If my question has been reliably answered before, please point me to the answer.

Thanks!

Scott


----------



## ChuckA (Feb 7, 2006)

You should be able to use it now. You can't have unlimited swaps between receivers but if you just replaced your old one with a new one you should be fine. Currently you can swap between receivers three times before no more swaps are allowed. At that point you would have to format the drive to swap again. So, if everything you have will fit back on the 722 HDD, you could copy everything back to the internal HDD, reformat the EHD and archive it again. Then you would be back to having three swaps.


----------



## dunkonu23 (Sep 11, 2006)

Thank you! The screen that appears before one updates is a bit on the frightening side, but I went for it and selected yes. It worked!  

Thanks again!

Scott


----------



## davethestalker (Sep 17, 2006)

What kind of crap is this? You pay $40 to be able to use an external drive to increase DVR storage. But, you can only move content from one to the other 3 times? Why would the implement such a stupid restriction? What's the thinking behind this?


----------



## HobbyTalk (Jul 14, 2007)

They say it will be increased to unlimited moves in a future software update.


----------



## n0qcu (Mar 23, 2002)

davethestalker said:


> What kind of crap is this? You pay $40 to be able to use an external drive to increase DVR storage. But, you can only move content from one to the other 3 times? Why would the implement such a stupid restriction? What's the thinking behind this?

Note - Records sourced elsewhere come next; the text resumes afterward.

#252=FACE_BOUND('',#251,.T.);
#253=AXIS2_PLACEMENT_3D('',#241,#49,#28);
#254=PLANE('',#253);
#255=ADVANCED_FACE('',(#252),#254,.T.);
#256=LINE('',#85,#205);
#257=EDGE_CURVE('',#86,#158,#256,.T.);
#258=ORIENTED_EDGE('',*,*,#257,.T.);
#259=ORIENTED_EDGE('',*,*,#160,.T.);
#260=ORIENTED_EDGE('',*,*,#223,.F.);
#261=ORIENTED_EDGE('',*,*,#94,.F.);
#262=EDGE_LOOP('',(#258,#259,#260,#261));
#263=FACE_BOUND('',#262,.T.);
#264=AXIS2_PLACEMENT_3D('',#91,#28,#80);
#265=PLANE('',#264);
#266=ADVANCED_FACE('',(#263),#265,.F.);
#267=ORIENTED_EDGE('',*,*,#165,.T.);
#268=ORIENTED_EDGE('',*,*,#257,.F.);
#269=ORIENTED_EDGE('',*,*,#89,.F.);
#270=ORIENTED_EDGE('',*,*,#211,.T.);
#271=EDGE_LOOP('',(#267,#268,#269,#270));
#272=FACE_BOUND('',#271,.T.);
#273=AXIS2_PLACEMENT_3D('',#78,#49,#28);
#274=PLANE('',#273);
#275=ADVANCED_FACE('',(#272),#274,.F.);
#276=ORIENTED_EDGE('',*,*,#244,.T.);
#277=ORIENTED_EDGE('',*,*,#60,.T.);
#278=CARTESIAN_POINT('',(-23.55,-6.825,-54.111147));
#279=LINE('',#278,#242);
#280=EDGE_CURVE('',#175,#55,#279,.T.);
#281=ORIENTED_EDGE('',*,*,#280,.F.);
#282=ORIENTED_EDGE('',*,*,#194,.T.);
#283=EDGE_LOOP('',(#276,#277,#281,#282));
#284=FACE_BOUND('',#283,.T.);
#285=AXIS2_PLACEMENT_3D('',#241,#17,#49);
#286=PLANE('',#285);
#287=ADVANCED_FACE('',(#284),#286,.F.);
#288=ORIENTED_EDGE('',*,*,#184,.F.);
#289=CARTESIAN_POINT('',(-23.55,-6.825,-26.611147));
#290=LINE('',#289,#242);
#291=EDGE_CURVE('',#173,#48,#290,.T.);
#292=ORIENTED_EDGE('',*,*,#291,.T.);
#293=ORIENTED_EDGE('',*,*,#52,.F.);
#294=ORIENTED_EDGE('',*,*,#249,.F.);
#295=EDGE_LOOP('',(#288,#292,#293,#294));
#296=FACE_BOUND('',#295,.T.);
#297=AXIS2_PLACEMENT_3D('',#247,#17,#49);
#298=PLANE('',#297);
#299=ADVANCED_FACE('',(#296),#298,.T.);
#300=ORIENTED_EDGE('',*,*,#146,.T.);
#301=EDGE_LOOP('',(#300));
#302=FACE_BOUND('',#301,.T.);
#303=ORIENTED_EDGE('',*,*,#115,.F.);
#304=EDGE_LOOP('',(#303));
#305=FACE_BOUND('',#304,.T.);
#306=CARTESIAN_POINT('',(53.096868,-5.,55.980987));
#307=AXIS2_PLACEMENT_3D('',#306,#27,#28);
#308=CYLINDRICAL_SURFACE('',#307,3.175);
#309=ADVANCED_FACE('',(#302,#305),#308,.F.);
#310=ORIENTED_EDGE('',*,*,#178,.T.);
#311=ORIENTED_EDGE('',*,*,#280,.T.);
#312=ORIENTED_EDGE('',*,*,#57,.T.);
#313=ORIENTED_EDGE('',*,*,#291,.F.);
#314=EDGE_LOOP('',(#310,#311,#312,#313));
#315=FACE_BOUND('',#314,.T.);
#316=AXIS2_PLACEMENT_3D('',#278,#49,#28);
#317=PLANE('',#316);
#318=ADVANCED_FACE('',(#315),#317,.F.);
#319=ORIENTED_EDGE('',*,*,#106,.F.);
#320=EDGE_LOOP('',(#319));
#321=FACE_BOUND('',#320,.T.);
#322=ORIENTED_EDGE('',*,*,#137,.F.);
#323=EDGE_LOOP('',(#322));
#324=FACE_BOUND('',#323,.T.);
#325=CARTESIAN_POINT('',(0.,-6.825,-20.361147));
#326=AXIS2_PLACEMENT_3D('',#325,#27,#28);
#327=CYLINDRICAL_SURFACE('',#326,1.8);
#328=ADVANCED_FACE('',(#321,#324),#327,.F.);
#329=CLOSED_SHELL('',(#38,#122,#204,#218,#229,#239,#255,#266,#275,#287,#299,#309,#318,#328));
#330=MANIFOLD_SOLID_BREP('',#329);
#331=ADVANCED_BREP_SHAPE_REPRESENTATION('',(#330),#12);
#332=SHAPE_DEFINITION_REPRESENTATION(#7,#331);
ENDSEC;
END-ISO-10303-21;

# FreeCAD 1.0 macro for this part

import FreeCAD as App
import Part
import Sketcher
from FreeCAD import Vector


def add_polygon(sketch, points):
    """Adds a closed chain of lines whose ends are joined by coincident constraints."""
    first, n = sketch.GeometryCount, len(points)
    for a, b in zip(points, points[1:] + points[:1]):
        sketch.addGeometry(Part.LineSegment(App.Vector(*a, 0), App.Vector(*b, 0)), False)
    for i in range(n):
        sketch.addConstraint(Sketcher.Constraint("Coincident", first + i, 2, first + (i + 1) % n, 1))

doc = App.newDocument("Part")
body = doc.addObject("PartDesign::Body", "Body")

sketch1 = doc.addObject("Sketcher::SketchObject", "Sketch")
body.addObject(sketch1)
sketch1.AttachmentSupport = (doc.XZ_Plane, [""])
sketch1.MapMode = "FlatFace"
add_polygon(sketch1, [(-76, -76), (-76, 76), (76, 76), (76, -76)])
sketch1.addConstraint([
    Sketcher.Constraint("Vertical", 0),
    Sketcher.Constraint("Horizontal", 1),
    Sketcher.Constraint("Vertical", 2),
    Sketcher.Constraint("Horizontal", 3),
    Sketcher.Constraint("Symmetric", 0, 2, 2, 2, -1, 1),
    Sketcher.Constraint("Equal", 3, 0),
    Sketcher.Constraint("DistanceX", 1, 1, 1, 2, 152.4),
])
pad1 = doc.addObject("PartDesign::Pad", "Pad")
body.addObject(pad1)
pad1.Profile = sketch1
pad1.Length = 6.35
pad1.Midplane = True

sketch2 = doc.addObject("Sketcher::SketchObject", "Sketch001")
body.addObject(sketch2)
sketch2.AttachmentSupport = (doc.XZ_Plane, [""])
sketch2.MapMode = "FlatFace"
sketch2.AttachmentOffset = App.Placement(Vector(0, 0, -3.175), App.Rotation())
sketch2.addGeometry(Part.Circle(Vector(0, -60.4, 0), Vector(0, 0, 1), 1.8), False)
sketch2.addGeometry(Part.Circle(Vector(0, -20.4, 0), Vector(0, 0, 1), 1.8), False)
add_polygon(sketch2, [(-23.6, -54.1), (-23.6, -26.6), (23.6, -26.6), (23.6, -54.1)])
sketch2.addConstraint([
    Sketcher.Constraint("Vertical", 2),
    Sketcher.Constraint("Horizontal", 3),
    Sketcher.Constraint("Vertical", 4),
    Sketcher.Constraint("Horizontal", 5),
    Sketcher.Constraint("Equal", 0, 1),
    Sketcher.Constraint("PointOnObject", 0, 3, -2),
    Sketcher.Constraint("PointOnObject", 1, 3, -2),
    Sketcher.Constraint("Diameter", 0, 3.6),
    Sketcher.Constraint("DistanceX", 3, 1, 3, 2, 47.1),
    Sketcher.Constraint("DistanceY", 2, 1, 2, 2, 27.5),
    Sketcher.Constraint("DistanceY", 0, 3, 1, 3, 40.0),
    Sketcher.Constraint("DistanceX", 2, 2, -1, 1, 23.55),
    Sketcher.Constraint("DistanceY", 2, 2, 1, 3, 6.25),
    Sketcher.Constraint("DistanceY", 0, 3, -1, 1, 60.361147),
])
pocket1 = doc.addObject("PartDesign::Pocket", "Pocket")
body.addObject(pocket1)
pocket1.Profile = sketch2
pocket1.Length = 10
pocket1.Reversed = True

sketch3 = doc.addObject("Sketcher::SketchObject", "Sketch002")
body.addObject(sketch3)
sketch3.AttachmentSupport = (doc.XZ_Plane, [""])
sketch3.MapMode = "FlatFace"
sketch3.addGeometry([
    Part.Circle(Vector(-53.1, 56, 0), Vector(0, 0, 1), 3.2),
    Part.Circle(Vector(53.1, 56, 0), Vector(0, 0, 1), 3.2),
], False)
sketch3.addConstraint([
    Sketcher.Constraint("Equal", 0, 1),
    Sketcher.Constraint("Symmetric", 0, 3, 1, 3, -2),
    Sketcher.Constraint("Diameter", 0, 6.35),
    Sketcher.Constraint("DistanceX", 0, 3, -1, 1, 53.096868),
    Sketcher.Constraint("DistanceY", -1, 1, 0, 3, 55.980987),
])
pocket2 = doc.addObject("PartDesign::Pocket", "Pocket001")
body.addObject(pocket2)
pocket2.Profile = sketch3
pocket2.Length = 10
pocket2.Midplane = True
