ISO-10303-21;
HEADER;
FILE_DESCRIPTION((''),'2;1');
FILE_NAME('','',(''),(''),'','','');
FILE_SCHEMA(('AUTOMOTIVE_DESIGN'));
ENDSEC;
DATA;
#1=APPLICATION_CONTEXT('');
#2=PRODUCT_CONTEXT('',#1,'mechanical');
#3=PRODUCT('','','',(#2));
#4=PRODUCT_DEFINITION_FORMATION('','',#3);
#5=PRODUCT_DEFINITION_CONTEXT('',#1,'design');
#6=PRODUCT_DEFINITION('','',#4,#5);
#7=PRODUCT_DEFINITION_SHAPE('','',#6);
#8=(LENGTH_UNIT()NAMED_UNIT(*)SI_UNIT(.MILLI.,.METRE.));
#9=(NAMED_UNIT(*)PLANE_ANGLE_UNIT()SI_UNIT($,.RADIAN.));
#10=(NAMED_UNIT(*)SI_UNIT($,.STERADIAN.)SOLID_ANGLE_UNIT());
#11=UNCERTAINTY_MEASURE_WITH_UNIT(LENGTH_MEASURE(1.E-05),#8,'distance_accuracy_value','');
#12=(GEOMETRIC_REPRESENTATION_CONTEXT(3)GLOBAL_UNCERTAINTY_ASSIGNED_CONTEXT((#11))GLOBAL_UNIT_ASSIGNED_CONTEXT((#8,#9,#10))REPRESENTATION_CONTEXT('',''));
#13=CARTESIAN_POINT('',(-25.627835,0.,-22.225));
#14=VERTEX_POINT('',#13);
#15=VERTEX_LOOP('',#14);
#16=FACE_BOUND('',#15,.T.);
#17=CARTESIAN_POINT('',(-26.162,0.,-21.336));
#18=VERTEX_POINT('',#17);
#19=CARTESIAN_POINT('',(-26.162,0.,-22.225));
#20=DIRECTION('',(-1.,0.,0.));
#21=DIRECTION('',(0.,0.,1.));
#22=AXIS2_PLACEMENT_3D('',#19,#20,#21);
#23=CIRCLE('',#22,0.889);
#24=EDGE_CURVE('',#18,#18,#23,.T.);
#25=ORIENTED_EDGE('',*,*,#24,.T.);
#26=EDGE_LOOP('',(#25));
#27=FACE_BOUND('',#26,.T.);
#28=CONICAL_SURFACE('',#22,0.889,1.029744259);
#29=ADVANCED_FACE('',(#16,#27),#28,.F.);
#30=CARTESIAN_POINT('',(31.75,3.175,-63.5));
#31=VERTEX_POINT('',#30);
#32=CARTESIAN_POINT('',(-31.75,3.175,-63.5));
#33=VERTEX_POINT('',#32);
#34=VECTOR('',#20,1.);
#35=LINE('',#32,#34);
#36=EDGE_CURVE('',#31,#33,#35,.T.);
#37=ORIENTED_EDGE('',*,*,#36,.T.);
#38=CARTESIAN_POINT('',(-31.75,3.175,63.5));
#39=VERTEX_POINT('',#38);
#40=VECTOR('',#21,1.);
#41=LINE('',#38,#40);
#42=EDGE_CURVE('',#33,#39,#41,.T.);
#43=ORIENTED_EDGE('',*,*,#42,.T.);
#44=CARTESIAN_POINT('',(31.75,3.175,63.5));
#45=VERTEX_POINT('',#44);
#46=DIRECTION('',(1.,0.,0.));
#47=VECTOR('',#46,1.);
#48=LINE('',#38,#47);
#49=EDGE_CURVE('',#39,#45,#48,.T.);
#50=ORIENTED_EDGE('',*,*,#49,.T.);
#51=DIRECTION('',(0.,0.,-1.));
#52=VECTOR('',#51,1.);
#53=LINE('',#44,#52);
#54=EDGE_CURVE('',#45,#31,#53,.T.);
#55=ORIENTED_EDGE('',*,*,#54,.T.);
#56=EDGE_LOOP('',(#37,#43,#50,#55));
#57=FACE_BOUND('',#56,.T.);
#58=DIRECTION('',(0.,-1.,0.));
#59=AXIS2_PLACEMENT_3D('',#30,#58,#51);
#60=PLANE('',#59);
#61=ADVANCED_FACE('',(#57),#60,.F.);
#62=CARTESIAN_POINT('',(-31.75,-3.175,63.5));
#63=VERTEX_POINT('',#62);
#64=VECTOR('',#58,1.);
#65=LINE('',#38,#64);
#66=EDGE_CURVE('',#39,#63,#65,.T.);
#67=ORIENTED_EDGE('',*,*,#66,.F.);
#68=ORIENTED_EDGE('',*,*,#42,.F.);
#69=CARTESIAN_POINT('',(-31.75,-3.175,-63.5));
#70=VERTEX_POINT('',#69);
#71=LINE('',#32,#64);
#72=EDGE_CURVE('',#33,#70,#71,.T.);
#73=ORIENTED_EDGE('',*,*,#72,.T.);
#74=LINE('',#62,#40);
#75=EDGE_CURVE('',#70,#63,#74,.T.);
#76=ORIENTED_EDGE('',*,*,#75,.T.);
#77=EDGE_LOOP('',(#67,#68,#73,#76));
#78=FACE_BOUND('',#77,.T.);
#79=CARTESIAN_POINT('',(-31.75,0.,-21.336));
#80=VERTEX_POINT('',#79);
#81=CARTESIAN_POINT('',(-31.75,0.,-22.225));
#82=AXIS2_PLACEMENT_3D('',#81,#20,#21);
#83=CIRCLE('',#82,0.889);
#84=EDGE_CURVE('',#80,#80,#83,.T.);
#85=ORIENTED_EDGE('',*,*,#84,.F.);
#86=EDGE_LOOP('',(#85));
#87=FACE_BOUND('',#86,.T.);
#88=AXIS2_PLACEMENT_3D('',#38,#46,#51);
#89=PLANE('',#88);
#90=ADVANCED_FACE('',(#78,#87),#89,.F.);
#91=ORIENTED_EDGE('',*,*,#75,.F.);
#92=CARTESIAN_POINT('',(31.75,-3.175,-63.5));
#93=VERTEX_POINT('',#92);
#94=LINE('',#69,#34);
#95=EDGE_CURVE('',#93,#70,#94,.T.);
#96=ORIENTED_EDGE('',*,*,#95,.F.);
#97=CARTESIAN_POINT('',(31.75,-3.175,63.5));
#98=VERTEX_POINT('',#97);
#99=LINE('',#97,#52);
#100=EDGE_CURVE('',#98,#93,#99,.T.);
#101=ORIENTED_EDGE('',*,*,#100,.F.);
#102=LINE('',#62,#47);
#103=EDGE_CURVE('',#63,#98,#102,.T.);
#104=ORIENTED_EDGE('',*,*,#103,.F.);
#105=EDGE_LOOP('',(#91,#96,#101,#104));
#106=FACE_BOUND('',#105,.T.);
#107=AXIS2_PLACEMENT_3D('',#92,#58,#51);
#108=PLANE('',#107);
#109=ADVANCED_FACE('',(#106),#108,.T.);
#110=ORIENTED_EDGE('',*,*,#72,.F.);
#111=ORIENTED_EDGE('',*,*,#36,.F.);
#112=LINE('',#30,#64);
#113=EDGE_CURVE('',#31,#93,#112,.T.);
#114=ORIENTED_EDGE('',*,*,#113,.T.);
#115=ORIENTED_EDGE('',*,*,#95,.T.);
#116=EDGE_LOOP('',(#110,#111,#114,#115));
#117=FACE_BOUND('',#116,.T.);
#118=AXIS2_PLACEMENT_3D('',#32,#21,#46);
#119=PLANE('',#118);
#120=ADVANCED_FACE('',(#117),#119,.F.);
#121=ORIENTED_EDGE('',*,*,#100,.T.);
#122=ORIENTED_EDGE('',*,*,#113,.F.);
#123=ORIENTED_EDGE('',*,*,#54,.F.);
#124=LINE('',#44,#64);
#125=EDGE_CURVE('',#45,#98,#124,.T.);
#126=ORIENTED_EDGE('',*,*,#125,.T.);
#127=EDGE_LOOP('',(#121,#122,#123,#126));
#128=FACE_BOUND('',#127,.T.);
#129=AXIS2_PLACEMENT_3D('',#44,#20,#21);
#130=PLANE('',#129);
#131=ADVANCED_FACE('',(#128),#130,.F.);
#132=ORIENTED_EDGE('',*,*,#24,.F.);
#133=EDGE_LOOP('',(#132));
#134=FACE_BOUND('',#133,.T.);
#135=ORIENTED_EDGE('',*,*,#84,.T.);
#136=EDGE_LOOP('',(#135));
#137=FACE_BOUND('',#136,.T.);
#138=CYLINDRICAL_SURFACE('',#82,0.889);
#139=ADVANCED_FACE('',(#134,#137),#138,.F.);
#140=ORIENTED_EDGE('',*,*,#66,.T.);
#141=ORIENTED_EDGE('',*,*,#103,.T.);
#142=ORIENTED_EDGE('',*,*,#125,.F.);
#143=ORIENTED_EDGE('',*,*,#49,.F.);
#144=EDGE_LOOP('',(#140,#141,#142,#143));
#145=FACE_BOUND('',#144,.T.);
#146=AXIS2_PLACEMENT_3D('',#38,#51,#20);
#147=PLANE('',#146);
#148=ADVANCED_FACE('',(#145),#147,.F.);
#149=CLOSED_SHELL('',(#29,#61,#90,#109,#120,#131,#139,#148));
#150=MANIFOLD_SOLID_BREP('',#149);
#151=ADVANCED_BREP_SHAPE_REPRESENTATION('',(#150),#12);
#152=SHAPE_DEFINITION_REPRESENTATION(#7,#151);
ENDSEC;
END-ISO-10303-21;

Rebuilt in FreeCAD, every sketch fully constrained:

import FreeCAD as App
import Part
import Sketcher
Q = App.Units.Quantity


def add_polygon(sketch, points):
    """Adds a closed chain of lines whose ends are joined by coincident constraints."""
    first, n = sketch.GeometryCount, len(points)
    for a, b in zip(points, points[1:] + points[:1]):
        sketch.addGeometry(Part.LineSegment(App.Vector(*a, 0), App.Vector(*b, 0)), False)
    for i in range(n):
        sketch.addConstraint(Sketcher.Constraint("Coincident", first + i, 2, first + (i + 1) % n, 1))

doc = App.newDocument("Part")
body = doc.addObject("PartDesign::Body", "Body")

# Sketch on XZ plane
sketch1 = doc.addObject("Sketcher::SketchObject", "Sketch")
body.addObject(sketch1)
sketch1.AttachmentSupport = (doc.XZ_Plane, [""])
sketch1.MapMode = "FlatFace"
add_polygon(sketch1, [(-32, -64), (-32, 64), (32, 64), (32, -64)])  # lines 0-3
sketch1.addConstraint([
    Sketcher.Constraint("Vertical", 0),
    Sketcher.Constraint("Horizontal", 1),
    Sketcher.Constraint("Vertical", 2),
    Sketcher.Constraint("Horizontal", 3),
    Sketcher.Constraint("Symmetric", 0, 2, 2, 2, -1, 1),
    Sketcher.Constraint("DistanceY", 0, 1, 0, 2, Q("5 in")),
    Sketcher.Constraint("DistanceX", 1, 1, 1, 2, Q("2.5 in")),
])
pad1 = doc.addObject("PartDesign::Pad", "Pad")
body.addObject(pad1)
pad1.Profile = sketch1
pad1.Length = Q("0.25 in")
pad1.Midplane = True

# Sketch on YZ plane
sketch2 = doc.addObject("Sketcher::SketchObject", "Sketch001")
body.addObject(sketch2)
sketch2.AttachmentSupport = (doc.YZ_Plane, [""])
sketch2.MapMode = "FlatFace"
sketch2.AttachmentOffset = App.Placement(App.Vector(0, 0, -1.25 * 25.4), App.Rotation())
sketch2.addGeometry(Part.Circle(App.Vector(0, -22.2, 0), App.Vector(0, 0, 1), 0.9), False)
sketch2.addConstraint([
    Sketcher.Constraint("PointOnObject", 0, 3, -2),
    Sketcher.Constraint("Diameter", 0, Q("0.07 in")),
    Sketcher.Constraint("DistanceY", 0, 3, -1, 1, Q("0.875 in")),
])
doc.recompute()
hole = doc.addObject("PartDesign::Hole", "Hole")
body.addObject(hole)
hole.Profile = sketch2
hole.ThreadType = "None"
hole.Diameter = Q("0.07 in")
hole.DepthType = "Dimension"
hole.Depth = Q("0.22 in")
hole.DrillPoint = "Angled"
hole.DrillPointAngle = 118
hole.Reversed = True

doc.recompute()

You're miss reading the info.
What the deal is you can only move the drive between DIFFERENT receivers three times currently. The use is unlimited on ONE receiver.


----------



## Monument247 (Aug 5, 2007)

Scott wrote: "Now that I've got a 722 (replacement for a failed 622)...."

Did Dish do that for you because of the failure or did you have to pay the upgrade price?

Thanks.

ChuckD


----------



## dunkonu23 (Sep 11, 2006)

Monument247 said:


> Scott wrote: "Now that I've got a 722 (replacement for a failed 622)...."
> 
> Did Dish do that for you because of the failure or did you have to pay the upgrade price?
> 
> ...


Dish did it for me because of the numerous problems I've had since first contacting dish about installation and problems in the last three months dealing with an intermittent loss of signal issue after the 3am reboot.

Scott


----------



## dunkonu23 (Sep 11, 2006)

It would still be nice to be able to backup the EHD--encryption included to avoid issues with DRM--to something like DVD's.


----------



## mikehd (Sep 11, 2003)

dunkonu23 said:


> It would still be nice to be able to backup the EHD--encryption included to avoid issues with DRM--to something like DVD's.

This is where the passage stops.